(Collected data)
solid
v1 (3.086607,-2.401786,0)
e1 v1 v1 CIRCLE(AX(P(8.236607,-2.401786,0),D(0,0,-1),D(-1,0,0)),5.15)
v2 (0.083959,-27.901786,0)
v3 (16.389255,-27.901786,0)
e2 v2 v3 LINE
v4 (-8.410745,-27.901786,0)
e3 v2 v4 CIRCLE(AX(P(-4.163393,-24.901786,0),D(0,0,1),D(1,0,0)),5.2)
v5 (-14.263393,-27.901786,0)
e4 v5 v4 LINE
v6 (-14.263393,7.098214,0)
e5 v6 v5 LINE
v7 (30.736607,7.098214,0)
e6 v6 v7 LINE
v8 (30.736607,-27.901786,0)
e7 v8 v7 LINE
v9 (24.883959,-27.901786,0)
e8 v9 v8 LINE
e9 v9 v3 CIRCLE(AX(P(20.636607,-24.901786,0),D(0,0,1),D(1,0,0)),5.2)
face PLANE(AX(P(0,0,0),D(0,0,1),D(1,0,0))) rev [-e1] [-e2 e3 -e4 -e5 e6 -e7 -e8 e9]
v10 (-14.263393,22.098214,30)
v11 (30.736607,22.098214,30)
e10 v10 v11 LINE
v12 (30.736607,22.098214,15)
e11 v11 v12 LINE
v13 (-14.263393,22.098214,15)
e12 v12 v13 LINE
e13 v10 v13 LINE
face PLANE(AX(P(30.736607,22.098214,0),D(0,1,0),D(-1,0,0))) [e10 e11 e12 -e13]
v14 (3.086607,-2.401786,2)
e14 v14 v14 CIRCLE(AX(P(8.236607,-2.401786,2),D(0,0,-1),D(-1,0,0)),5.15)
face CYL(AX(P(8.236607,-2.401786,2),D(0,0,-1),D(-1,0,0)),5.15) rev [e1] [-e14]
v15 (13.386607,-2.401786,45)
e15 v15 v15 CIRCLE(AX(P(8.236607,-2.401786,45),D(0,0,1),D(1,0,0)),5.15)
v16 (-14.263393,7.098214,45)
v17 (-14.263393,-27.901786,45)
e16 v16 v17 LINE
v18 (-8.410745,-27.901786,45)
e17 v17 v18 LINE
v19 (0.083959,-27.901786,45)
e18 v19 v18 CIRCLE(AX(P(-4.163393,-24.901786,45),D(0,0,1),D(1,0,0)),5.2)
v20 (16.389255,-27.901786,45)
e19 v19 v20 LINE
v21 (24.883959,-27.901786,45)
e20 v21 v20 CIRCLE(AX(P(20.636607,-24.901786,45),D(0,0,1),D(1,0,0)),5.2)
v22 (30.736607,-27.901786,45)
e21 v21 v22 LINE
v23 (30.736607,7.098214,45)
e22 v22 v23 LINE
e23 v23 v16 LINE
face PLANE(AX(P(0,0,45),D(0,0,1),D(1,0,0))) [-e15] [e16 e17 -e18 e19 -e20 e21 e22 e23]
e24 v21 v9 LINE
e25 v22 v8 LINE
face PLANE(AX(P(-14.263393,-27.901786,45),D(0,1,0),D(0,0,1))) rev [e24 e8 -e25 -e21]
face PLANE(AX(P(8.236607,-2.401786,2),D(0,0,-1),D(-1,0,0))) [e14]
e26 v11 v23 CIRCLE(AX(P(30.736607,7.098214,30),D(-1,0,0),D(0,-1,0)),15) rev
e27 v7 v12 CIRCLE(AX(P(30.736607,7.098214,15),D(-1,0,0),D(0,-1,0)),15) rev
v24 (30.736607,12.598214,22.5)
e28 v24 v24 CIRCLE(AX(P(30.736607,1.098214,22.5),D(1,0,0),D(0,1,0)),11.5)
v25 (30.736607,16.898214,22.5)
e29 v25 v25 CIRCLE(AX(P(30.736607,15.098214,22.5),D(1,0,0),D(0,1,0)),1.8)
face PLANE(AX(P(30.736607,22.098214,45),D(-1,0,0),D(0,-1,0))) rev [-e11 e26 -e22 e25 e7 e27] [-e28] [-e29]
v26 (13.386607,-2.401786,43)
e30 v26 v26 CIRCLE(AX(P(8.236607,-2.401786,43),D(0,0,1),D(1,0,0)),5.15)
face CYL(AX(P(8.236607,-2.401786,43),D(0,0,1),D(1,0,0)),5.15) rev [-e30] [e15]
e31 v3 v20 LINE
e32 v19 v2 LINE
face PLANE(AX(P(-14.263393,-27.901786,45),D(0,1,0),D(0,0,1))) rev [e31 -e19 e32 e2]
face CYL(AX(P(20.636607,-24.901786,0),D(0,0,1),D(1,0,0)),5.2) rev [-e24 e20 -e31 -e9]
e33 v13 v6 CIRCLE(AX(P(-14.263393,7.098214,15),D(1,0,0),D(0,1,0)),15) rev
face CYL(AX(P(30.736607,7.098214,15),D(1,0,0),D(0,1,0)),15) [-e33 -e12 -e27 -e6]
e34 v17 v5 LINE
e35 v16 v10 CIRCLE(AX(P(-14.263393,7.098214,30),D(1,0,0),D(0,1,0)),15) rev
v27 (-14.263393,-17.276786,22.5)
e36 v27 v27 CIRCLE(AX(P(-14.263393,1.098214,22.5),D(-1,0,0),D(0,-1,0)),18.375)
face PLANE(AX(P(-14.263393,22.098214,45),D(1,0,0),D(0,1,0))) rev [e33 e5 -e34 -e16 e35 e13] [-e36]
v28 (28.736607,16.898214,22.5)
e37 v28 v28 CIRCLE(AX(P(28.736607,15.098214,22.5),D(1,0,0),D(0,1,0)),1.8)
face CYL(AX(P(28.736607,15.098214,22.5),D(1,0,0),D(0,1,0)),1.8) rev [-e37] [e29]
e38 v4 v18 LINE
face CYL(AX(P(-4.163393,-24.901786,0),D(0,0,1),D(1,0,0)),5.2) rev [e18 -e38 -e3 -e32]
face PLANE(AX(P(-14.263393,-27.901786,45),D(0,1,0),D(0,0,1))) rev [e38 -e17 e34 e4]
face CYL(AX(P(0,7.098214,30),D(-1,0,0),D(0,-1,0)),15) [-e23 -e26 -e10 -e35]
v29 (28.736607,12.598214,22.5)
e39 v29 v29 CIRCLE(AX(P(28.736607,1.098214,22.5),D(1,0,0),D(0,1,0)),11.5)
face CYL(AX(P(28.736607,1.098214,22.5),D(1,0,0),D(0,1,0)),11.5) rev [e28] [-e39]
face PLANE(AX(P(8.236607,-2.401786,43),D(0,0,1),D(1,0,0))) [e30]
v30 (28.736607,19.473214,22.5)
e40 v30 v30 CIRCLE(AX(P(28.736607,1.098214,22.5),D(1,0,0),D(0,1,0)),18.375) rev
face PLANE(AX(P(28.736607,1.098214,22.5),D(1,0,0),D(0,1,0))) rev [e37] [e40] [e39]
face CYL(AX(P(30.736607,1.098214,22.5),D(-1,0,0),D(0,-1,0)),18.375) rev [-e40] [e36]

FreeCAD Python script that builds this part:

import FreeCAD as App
import Part
import Sketcher
Q = App.Units.Quantity


def edges_at(feature, points):
    """Names of the edges that pass closest to the given points."""
    edges = feature.Shape.Edges
    near = lambda p: min(range(len(edges)), key=lambda i: edges[i].distToShape(Part.Vertex(*p))[0])
    return sorted({f"Edge{near(p) + 1}" for p in points})


def add_polygon(sketch, points):
    """Adds a closed chain of lines whose ends are joined by coincident constraints."""
    first, n = sketch.GeometryCount, len(points)
    for a, b in zip(points, points[1:] + points[:1]):
        sketch.addGeometry(Part.LineSegment(App.Vector(*a, 0), App.Vector(*b, 0)), False)
    for i in range(n):
        sketch.addConstraint(Sketcher.Constraint("Coincident", first + i, 2, first + (i + 1) % n, 1))

doc = App.newDocument("Part")
body = doc.addObject("PartDesign::Body", "Body")

# Sketch on XY plane
sketch1 = body.newObject("Sketcher::SketchObject", "Sketch")
sketch1.AttachmentSupport = (doc.getObject("XY_Plane"), [""])
sketch1.MapMode = "FlatFace"
add_polygon(sketch1, [(-14, 22), (-14, -28), (31, -28), (31, 22)])  # lines 0-3
sketch1.addConstraint([
    Sketcher.Constraint("Vertical", 0),
    Sketcher.Constraint("Horizontal", 1),
    Sketcher.Constraint("Vertical", 2),
    Sketcher.Constraint("Horizontal", 3),
    Sketcher.Constraint("DistanceX", 1, 1, 1, 2, Q("45 mm")),
    Sketcher.Constraint("DistanceY", 0, 2, 0, 1, Q("50 mm")),
    Sketcher.Constraint("DistanceX", 0, 2, -1, 1, Q("14.263393 mm")),
    Sketcher.Constraint("DistanceY", 0, 2, -1, 1, Q("27.901786 mm")),
])
pad1 = body.newObject("PartDesign::Pad", "Pad")
pad1.Profile = sketch1
pad1.Length = 45

# Sketch on XY plane
sketch2 = body.newObject("Sketcher::SketchObject", "Sketch001")
sketch2.AttachmentSupport = (doc.getObject("XY_Plane"), [""])
sketch2.MapMode = "FlatFace"
sketch2.AttachmentOffset = App.Placement(App.Vector(0, 0, 45), App.Rotation())
sketch2.addGeometry([
    Part.Circle(App.Vector(-4, -25, 0), App.Vector(0, 0, 1), 5),
    Part.Circle(App.Vector(21, -25, 0), App.Vector(0, 0, 1), 5),
], False)
sketch2.addConstraint([
    Sketcher.Constraint("Equal", 0, 1),
    Sketcher.Constraint("Horizontal", 0, 3, 1, 3),
    Sketcher.Constraint("Diameter", 0, Q("10.4 mm")),
    Sketcher.Constraint("DistanceX", 0, 3, 1, 3, Q("24.8 mm")),
    Sketcher.Constraint("DistanceX", 0, 3, -1, 1, Q("4.163393 mm")),
    Sketcher.Constraint("DistanceY", 0, 3, -1, 1, Q("24.901786 mm")),
])
pocket1 = body.newObject("PartDesign::Pocket", "Pocket")
pocket1.Profile = sketch2
pocket1.Length = 45

# Sketch on XY plane
sketch3 = body.newObject("Sketcher::SketchObject", "Sketch002")
sketch3.AttachmentSupport = (doc.getObject("XY_Plane"), [""])
sketch3.MapMode = "FlatFace"
sketch3.AttachmentOffset = App.Placement(App.Vector(0, 0, 45), App.Rotation())
sketch3.addGeometry(Part.Circle(App.Vector(8, -2, 0), App.Vector(0, 0, 1), 5), False)
sketch3.addConstraint([
    Sketcher.Constraint("Diameter", 0, Q("10.3 mm")),
    Sketcher.Constraint("DistanceX", -1, 1, 0, 3, Q("8.236607 mm")),
    Sketcher.Constraint("DistanceY", 0, 3, -1, 1, Q("2.401786 mm")),
])
pocket2 = body.newObject("PartDesign::Pocket", "Pocket001")
pocket2.Profile = sketch3
pocket2.Length = 2

# Sketch on XY plane
sketch4 = body.newObject("Sketcher::SketchObject", "Sketch003")
sketch4.AttachmentSupport = (doc.getObject("XY_Plane"), [""])
sketch4.MapMode = "FlatFace"
sketch4.addGeometry(Part.Circle(App.Vector(8, -2, 0), App.Vector(0, 0, 1), 5), False)
sketch4.addConstraint([
    Sketcher.Constraint("Diameter", 0, Q("10.3 mm")),
    Sketcher.Constraint("DistanceX", -1, 1, 0, 3, Q("8.236607 mm")),
    Sketcher.Constraint("DistanceY", 0, 3, -1, 1, Q("2.401786 mm")),
])
pocket3 = body.newObject("PartDesign::Pocket", "Pocket002")
pocket3.Profile = sketch4
pocket3.Length = 2
pocket3.Reversed = True

# Sketch on YZ plane
sketch5 = body.newObject("Sketcher::SketchObject", "Sketch004")
sketch5.AttachmentSupport = (doc.getObject("YZ_Plane"), [""])
sketch5.MapMode = "FlatFace"
sketch5.AttachmentOffset = App.Placement(App.Vector(0, 0, -14.263393), App.Rotation())
sketch5.addGeometry(Part.Circle(App.Vector(1, 22, 0), App.Vector(0, 0, 1), 18), False)
sketch5.addConstraint([
    Sketcher.Constraint("Diameter", 0, Q("36.75 mm")),
    Sketcher.Constraint("DistanceY", -1, 1, 0, 3, Q("22.5 mm")),
    Sketcher.Constraint("DistanceX", -1, 1, 0, 3, Q("1.098214 mm")),
])
pocket4 = body.newObject("PartDesign::Pocket", "Pocket003")
pocket4.Profile = sketch5
pocket4.Length = 45
pocket4.Reversed = True

# Sketch on YZ plane
sketch6 = body.newObject("Sketcher::SketchObject", "Sketch005")
sketch6.AttachmentSupport = (doc.getObject("YZ_Plane"), [""])
sketch6.MapMode = "FlatFace"
sketch6.AttachmentOffset = App.Placement(App.Vector(0, 0, -14.263393), App.Rotation())
add_polygon(sketch6, [(22, 0), (15, 0), (15, 45), (22, 45)])  # lines 0-3
sketch6.addConstraint([
    Sketcher.Constraint("Horizontal", 0),
    Sketcher.Constraint("Vertical", 1),
    Sketcher.Constraint("Horizontal", 2),
    Sketcher.Constraint("Vertical", 3),
    Sketcher.Constraint("PointOnObject", 0, 2, -1),
    Sketcher.Constraint("DistanceY", 1, 1, 1, 2, Q("45 mm")),
    Sketcher.Constraint("DistanceX", 0, 2, 0, 1, Q("6.667471 mm")),
    Sketcher.Constraint("DistanceX", -1, 1, 0, 2, Q("15.430743 mm")),
])
pocket5 = body.newObject("PartDesign::Pocket", "Pocket004")
pocket5.Profile = sketch6
pocket5.Length = 46
pocket5.Reversed = True

# Sketch on YZ plane
sketch7 = body.newObject("Sketcher::SketchObject", "Sketch006")
sketch7.AttachmentSupport = (doc.getObject("YZ_Plane"), [""])
sketch7.MapMode = "FlatFace"
sketch7.AttachmentOffset = App.Placement(App.Vector(0, 0, -14.263393), App.Rotation())
add_polygon(sketch7, [(22, 0), (15, 0), (15, 45), (22, 45)])  # lines 0-3
sketch7.addConstraint([
    Sketcher.Constraint("Horizontal", 0),
    Sketcher.Constraint("Vertical", 1),
    Sketcher.Constraint("Horizontal", 2),
    Sketcher.Constraint("Vertical", 3),
    Sketcher.Constraint("PointOnObject", 0, 2, -1),
    Sketcher.Constraint("DistanceY", 1, 1, 1, 2, Q("45 mm")),
    Sketcher.Constraint("DistanceX", 0, 2, 0, 1, Q("6.667471 mm")),
    Sketcher.Constraint("DistanceX", -1, 1, 0, 2, Q("15.430743 mm")),
])
pad2 = body.newObject("PartDesign::Pad", "Pad001")
pad2.Profile = sketch7
pad2.Length = 45

# Sketch on YZ plane
sketch8 = body.newObject("Sketcher::SketchObject", "Sketch007")
sketch8.AttachmentSupport = (doc.getObject("YZ_Plane"), [""])
sketch8.MapMode = "FlatFace"
sketch8.AttachmentOffset = App.Placement(App.Vector(0, 0, -14.263393), App.Rotation())
sketch8.addGeometry(Part.Circle(App.Vector(1, 22, 0), App.Vector(0, 0, 1), 18), False)
sketch8.addConstraint([
    Sketcher.Constraint("Diameter", 0, Q("36.75 mm")),
    Sketcher.Constraint("DistanceY", -1, 1, 0, 3, Q("22.5 mm")),
    Sketcher.Constraint("DistanceX", -1, 1, 0, 3, Q("1.098214 mm")),
])
pocket6 = body.newObject("PartDesign::Pocket", "Pocket005")
pocket6.Profile = sketch8
pocket6.Length = 45
pocket6.Reversed = True
doc.recompute()

fillet = body.newObject("PartDesign::Fillet", "Fillet")
fillet.Base = (pocket6, edges_at(pocket6, [(8.237, 22.098, 0), (8.237, 22.098, 45)]))
fillet.Radius = 15

# Sketch on YZ plane
sketch9 = body.newObject("Sketcher::SketchObject", "Sketch008")
sketch9.AttachmentSupport = (doc.getObject("YZ_Plane"), [""])
sketch9.MapMode = "FlatFace"
sketch9.AttachmentOffset = App.Placement(App.Vector(0, 0, 30.736607), App.Rotation())
sketch9.addGeometry(Part.Circle(App.Vector(1, 22, 0), App.Vector(0, 0, 1), 18), False)
sketch9.addConstraint([
    Sketcher.Constraint("Diameter", 0, Q("36.75 mm")),
    Sketcher.Constraint("DistanceY", -1, 1, 0, 3, Q("22.5 mm")),
    Sketcher.Constraint("DistanceX", -1, 1, 0, 3, Q("1.098214 mm")),
])
pad3 = body.newObject("PartDesign::Pad", "Pad002")
pad3.Profile = sketch9
pad3.Length = 2
pad3.Reversed = True

# Sketch on YZ plane
sketch10 = body.newObject("Sketcher::SketchObject", "Sketch009")
sketch10.AttachmentSupport = (doc.getObject("YZ_Plane"), [""])
sketch10.MapMode = "FlatFace"
sketch10.AttachmentOffset = App.Placement(App.Vector(0, 0, 30.736607), App.Rotation())
sketch10.addGeometry(Part.Circle(App.Vector(1, 22, 0), App.Vector(0, 0, 1), 12), False)
sketch10.addConstraint([
    Sketcher.Constraint("Diameter", 0, Q("23 mm")),
    Sketcher.Constraint("DistanceY", -1, 1, 0, 3, Q("22.5 mm")),
    Sketcher.Constraint("DistanceX", -1, 1, 0, 3, Q("1.098214 mm")),
])
pocket7 = body.newObject("PartDesign::Pocket", "Pocket006")
pocket7.Profile = sketch10
pocket7.Length = 2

• [Exercise objective]
Among the records above, a stretch begins at the line containing "v8 (30.736607,-27.901786,0)" and ends at the line containing "e8 -e25 -e21]". Restate that stretch word for word, and nothing else.

• [Solution]
v8 (30.736607,-27.901786,0)
e7 v8 v7 LINE
v9 (24.883959,-27.901786,0)
e8 v9 v8 LINE
e9 v9 v3 CIRCLE(AX(P(20.636607,-24.901786,0),D(0,0,1),D(1,0,0)),5.2)
face PLANE(AX(P(0,0,0),D(0,0,1),D(1,0,0))) rev [-e1] [-e2 e3 -e4 -e5 e6 -e7 -e8 e9]
v10 (-14.263393,22.098214,30)
v11 (30.736607,22.098214,30)
e10 v10 v11 LINE
v12 (30.736607,22.098214,15)
e11 v11 v12 LINE
v13 (-14.263393,22.098214,15)
e12 v12 v13 LINE
e13 v10 v13 LINE
face PLANE(AX(P(30.736607,22.098214,0),D(0,1,0),D(-1,0,0))) [e10 e11 e12 -e13]
v14 (3.086607,-2.401786,2)
e14 v14 v14 CIRCLE(AX(P(8.236607,-2.401786,2),D(0,0,-1),D(-1,0,0)),5.15)
face CYL(AX(P(8.236607,-2.401786,2),D(0,0,-1),D(-1,0,0)),5.15) rev [e1] [-e14]
v15 (13.386607,-2.401786,45)
e15 v15 v15 CIRCLE(AX(P(8.236607,-2.401786,45),D(0,0,1),D(1,0,0)),5.15)
v16 (-14.263393,7.098214,45)
v17 (-14.263393,-27.901786,45)
e16 v16 v17 LINE
v18 (-8.410745,-27.901786,45)
e17 v17 v18 LINE
v19 (0.083959,-27.901786,45)
e18 v19 v18 CIRCLE(AX(P(-4.163393,-24.901786,45),D(0,0,1),D(1,0,0)),5.2)
v20 (16.389255,-27.901786,45)
e19 v19 v20 LINE
v21 (24.883959,-27.901786,45)
e20 v21 v20 CIRCLE(AX(P(20.636607,-24.901786,45),D(0,0,1),D(1,0,0)),5.2)
v22 (30.736607,-27.901786,45)
e21 v21 v22 LINE
v23 (30.736607,7.098214,45)
e22 v22 v23 LINE
e23 v23 v16 LINE
face PLANE(AX(P(0,0,45),D(0,0,1),D(1,0,0))) [-e15] [e16 e17 -e18 e19 -e20 e21 e22 e23]
e24 v21 v9 LINE
e25 v22 v8 LINE
face PLANE(AX(P(-14.263393,-27.901786,45),D(0,1,0),D(0,0,1))) rev [e24 e8 -e25 -e21]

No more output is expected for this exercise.